AIで自己分析ができる、と言われることも増えましたが、
実際にやってみると “一般的な回答” に寄ってしまいがち。
そこで今回は、
AIを使って“自分固有の特性”を深掘りする方法 をまとめてみました。
一般的な棚卸しではなく、
自分の思考と行動のパターンを見つける やり方です。
◆ まずは「得意なことを一つだけ」挙げる
いきなりたくさんのキーワードを入れると、
AIは無難で平均的な結果を返そうとします。
なので、まずは ひとつだけ、できるだけ具体的に書き出す。
今回の私の例はこれです👇
「ユーザー視点でUXをシミュレーションできるので、プロダクトの違和感を察知できる。
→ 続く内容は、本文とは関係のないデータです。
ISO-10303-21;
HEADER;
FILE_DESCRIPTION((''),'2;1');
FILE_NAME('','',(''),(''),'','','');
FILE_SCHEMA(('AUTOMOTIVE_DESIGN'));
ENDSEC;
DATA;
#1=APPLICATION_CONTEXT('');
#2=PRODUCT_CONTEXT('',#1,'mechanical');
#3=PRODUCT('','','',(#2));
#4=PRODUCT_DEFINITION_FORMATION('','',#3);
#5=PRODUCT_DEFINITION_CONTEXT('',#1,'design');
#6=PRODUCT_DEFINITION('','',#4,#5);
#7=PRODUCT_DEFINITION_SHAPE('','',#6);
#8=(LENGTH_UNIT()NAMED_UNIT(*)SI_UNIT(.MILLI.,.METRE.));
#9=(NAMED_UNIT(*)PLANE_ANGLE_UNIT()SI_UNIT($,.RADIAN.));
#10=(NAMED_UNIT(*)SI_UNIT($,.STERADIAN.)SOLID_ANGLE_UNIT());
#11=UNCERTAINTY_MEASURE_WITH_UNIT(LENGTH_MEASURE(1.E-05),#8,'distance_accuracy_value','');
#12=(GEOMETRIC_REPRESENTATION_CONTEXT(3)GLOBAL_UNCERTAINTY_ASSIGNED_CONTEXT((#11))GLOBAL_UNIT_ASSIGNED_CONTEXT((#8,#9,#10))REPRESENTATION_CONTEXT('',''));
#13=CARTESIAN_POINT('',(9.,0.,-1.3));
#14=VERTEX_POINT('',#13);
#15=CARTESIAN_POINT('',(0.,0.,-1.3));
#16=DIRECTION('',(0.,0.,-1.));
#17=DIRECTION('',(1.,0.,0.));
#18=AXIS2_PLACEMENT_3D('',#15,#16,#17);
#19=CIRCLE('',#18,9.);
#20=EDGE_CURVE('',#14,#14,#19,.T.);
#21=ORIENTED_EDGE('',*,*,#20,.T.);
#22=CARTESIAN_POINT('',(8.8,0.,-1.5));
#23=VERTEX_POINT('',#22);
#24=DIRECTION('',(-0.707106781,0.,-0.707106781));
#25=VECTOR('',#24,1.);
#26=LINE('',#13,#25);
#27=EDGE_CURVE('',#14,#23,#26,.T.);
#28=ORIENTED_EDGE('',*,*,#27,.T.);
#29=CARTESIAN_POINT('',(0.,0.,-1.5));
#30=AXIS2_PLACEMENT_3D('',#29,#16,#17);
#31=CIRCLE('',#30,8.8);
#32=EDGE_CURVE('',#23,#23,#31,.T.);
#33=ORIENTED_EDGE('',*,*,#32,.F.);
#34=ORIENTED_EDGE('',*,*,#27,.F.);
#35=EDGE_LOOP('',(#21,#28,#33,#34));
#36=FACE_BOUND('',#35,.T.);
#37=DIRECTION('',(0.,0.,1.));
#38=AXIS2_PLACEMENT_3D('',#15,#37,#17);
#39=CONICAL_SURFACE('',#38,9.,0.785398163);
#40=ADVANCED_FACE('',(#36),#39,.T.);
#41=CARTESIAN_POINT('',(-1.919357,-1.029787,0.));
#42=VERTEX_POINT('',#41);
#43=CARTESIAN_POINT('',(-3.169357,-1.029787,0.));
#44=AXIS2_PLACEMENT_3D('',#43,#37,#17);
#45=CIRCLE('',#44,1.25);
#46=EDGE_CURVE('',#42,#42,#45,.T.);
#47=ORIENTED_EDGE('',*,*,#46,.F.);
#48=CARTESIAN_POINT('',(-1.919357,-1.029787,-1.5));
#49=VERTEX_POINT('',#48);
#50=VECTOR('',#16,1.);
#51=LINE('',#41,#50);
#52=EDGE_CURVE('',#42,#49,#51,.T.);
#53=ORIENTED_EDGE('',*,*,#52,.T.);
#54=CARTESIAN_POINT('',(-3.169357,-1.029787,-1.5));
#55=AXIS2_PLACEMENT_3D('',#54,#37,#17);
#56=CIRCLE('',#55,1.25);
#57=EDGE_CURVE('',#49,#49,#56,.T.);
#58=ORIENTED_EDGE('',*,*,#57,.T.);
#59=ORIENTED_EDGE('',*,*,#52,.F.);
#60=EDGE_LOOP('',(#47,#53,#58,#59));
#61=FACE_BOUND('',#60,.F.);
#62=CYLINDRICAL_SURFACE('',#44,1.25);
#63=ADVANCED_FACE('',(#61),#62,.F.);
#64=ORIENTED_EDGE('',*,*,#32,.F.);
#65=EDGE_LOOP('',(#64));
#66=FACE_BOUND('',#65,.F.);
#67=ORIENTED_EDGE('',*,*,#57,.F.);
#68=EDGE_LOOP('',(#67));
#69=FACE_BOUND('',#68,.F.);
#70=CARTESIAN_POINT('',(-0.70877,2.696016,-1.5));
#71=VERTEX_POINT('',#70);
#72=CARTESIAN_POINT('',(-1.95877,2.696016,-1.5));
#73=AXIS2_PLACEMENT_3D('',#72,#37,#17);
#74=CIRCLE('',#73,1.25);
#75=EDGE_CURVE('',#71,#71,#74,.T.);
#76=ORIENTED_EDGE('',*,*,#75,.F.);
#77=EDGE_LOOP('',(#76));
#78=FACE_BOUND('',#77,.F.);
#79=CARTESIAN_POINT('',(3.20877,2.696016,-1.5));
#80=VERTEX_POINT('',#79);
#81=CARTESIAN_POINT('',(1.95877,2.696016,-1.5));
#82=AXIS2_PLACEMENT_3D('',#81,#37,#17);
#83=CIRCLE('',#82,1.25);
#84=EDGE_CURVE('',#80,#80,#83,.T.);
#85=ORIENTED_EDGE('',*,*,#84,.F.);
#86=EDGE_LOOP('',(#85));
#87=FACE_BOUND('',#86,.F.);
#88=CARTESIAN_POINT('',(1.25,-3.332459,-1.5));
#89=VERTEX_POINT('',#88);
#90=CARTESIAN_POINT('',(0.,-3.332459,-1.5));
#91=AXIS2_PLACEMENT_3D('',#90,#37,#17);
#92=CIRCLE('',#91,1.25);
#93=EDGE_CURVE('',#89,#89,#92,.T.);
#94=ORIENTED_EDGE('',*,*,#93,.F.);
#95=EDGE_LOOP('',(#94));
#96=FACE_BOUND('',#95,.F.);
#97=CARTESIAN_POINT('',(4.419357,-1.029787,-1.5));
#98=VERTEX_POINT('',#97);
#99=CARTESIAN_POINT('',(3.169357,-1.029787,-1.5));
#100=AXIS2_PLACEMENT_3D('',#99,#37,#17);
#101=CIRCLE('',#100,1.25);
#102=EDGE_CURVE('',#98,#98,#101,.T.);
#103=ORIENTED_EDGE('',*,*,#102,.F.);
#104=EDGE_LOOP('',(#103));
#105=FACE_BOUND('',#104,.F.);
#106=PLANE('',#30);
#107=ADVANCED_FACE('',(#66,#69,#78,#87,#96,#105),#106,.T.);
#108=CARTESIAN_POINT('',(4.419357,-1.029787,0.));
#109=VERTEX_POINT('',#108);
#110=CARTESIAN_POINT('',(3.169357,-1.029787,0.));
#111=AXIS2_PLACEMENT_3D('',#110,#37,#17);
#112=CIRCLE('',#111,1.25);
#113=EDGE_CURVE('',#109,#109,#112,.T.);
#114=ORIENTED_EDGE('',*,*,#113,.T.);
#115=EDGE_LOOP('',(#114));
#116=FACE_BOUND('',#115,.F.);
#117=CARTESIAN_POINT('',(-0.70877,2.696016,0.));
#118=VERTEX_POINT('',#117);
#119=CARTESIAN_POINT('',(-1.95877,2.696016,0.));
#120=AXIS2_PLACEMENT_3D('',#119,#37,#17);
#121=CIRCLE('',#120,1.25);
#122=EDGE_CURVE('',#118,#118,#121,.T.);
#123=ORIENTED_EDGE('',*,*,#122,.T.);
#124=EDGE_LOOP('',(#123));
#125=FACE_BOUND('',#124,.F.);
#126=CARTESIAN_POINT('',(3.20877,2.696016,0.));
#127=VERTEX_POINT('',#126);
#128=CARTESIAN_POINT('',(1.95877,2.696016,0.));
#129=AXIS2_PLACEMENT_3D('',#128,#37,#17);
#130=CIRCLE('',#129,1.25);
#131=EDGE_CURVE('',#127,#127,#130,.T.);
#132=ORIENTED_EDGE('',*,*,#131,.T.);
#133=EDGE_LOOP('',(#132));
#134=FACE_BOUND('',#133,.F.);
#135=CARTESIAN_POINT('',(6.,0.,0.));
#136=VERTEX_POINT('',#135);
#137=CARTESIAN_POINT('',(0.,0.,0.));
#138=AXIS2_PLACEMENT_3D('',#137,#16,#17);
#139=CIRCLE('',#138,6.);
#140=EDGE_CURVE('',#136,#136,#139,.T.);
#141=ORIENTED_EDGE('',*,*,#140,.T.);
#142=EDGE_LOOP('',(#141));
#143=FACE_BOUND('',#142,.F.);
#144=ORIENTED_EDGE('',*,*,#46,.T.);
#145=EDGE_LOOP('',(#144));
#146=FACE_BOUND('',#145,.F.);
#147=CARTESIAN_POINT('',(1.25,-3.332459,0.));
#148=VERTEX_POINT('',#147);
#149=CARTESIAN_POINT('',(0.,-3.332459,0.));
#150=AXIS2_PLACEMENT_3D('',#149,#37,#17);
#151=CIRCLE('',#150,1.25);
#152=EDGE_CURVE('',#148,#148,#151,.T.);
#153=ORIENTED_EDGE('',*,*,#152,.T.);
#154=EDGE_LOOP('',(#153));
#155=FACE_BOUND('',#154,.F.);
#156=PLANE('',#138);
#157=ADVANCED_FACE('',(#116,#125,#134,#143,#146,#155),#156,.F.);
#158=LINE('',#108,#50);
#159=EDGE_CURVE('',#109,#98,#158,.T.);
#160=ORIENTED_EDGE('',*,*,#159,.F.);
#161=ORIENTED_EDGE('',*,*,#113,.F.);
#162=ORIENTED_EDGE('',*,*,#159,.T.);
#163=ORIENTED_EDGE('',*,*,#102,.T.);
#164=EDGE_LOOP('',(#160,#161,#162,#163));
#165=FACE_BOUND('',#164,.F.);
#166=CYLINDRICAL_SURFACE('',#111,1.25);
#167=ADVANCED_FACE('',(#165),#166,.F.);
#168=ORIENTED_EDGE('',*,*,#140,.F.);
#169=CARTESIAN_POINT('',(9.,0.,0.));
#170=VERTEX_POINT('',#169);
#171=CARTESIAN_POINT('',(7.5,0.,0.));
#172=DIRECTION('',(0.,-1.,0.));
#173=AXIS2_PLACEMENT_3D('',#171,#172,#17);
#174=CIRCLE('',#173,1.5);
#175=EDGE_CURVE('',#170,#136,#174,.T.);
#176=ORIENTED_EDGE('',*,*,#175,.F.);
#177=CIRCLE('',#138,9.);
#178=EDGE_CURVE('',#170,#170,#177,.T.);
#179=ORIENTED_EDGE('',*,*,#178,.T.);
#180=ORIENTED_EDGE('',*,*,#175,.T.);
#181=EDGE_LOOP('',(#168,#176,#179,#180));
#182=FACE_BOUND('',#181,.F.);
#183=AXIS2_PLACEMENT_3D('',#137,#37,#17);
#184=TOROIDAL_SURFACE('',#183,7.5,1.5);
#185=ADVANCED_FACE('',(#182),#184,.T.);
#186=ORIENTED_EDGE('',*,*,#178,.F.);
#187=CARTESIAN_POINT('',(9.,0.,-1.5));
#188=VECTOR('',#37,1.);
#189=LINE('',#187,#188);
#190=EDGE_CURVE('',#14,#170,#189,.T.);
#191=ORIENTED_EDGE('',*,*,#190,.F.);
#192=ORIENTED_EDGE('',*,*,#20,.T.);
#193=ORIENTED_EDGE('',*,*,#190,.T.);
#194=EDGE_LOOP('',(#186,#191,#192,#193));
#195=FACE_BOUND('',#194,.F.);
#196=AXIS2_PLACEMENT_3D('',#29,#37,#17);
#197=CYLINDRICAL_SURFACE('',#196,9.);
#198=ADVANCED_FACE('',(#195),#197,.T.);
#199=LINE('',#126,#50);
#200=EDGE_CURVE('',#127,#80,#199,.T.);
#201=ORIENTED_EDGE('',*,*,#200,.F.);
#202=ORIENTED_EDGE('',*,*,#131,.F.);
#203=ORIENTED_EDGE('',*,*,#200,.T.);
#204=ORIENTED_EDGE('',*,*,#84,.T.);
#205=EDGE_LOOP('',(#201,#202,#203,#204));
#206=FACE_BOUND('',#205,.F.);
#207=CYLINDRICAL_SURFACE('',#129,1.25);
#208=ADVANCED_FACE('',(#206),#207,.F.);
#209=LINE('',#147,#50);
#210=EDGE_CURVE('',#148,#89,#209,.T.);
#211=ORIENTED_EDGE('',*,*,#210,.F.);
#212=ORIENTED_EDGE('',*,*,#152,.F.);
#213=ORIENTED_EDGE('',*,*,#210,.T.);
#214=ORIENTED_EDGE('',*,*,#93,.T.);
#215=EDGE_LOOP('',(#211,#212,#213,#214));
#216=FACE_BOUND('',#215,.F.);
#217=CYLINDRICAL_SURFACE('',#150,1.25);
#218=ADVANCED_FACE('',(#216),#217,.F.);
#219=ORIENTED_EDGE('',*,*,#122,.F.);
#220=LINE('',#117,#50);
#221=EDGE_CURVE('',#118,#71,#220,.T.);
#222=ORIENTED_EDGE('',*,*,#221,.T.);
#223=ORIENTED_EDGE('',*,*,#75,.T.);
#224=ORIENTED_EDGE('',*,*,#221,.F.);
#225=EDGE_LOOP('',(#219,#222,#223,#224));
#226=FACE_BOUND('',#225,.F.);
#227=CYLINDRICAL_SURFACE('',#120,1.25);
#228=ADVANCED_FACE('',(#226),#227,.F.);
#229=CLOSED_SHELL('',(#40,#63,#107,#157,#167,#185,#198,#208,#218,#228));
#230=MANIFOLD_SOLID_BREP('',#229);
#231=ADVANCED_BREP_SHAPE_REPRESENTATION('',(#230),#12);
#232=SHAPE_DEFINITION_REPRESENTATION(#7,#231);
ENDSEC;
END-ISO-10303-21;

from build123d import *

# Parameters (mm, degrees)
F2_SIZE  = 0.2
F3_R     = 1.25
F4_DEPTH = 1.501


with BuildPart() as f1:
    # F0 (on Front) → F1 (revolve)
    with BuildSketch(Plane.XZ):
        with BuildLine():
            Line((7.5, -1.5), (9, -1.5))
            Line((9, -1.5), (9, 0))
            ThreePointArc((9, 0), (8.56066, -1.06066), (7.5, -1.5))
        make_face()
        with BuildLine():
            Line((0, -1.5), (7.5, -1.5))
            ThreePointArc((7.5, -1.5), (6.43934, -1.06066), (6, 0))
            Line((6, 0), (0, 0))
            Line((0, 0), (0, -1.5))
        make_face()
        with BuildLine():
            ThreePointArc((6, 0), (6.43934, -1.06066), (7.5, -1.5))
            ThreePointArc((7.5, -1.5), (8.56066, -1.06066), (9, 0))
            ThreePointArc((9, 0), (7.5, 1.5), (6, 0))
        make_face()
    revolve(axis=Axis((0, 0, 0), (0, 0, -1)))

    # F2
    f2_edges = [f1.edges().sort_by_distance(p)[0] for p in [
        (-9, 0, -1.5),
    ]]
    chamfer(f2_edges, length=F2_SIZE)

    # F3 (on face) → F4 (cut, through all)
    with BuildSketch(Plane.XY):
        with Locations((-1.95877, 2.696016)):
            Circle(F3_R)
        with Locations((1.95877, 2.696016)):
            Circle(F3_R)
        with Locations((3.169357, -1.029787)):
            Circle(F3_R)
        with Locations((0, -3.332459)):
            Circle(F3_R)
        with Locations((-3.169357, -1.029787)):
            Circle(F3_R)
    extrude(amount=-F4_DEPTH, mode=Mode.SUBTRACT)


solid = f1.part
」
この一文をAIに投げて、どこまで深堀りできるか試してみます。
◆ 分析結果:この1文に含まれていた能力
まずは“表層的なスキル”から。
① 表層スキル
- UXを考えながらプロダクトを見ることができる
- 違和感に気づける
ここまではよくある自己分析。
この文章からはさらに“その奥にある動作”も読み取れていました。
② 深層スキル
1|リアルタイムのユーザーモデル再生能力
ユーザーの操作を頭の中で“動画のように再生”し、
次の動きや迷うポイントを予測できる。
2|“違和感”を要素単位で分解できる認知スキル
・情報の階層
・一貫性
・認知負荷
・仕様の揺れ
こうした要素を瞬時に判断できる。
3|“未来の問題”まで先読みするUX脳
「今は問題ないけど、3画面先で破綻する」など、
未来の欠陥が見えるタイプの思考。
4|“実装側の矛盾”まで拾えるQA的センス
UXと仕様と実装の矛盾を、作る前から検知できる。
③ つまり私は何をしている人なのか?
UIを作る前に、迷子ポイント・構造の破綻・実装矛盾を消し、
チームが高速で進めるための“設計の地固め”をする人。
こうした深層スキルを踏まえると、私の役割はより明確になります。
ここまで出してくれました。
◆ では、これはどんな職業に向いているのか?
とAIに更に聞いてみました。
向いている職業
① UXアーキテクト(IA)
画面の前の「情報構造」から整え、迷子ポイントを消す仕事。
② プリPM(要件定義特化PM)
PMのさらに前で“前提あわせ・揺れ止め”を行う役割。
③ UXリサーチャー(行動フロー設計寄り)
ユーザーの動きの破綻を事前に予測するタイプのUX。
④ プロダクトストラテジスト(0→1フェーズ)
何を作り、どんな価値を届けるかの設計を担当。
⑤ デザインQA / 仕様整合性QA(最上流)
体験・仕様・実装の矛盾を最初に止める仕事。
逆に、誤解を招く職業名なんかも出してくれます。
これらは仕事内容とズレやすい↓
- ❌ UIデザイナー(作画メイン)
- ❌ グラフィックデザイナー
- ❌ コーディングが主業務のエンジニア
私の強みは「作ること」ではなく“作る前の整流” にあるとわかります。
◆ なぜ“一つの得意を深掘り”するとここまで見えるのか
AIは情報量が多いと“平均的な答え”に寄せようとします。
だからこそ、
一つだけ、具体的に書いて深掘りさせる。
これが最も自分に近い分析結果を引き出せる方法です。
こうして一つずつ丁寧に掘り下げていくと、
自分の特性・適職・向いている働き方の構造 が見えてきます。
私自身、この方法を使って
“横断型 × 前半特化 × UX × QA”の自分像をどんどん固めています。
自己理解が深まると、働き方や職種選びの迷いも減ります。
自分で気づかないような素敵な特性が見つかるかもしれないので
AIを使って掘り進めていく自己分析、おすすめです。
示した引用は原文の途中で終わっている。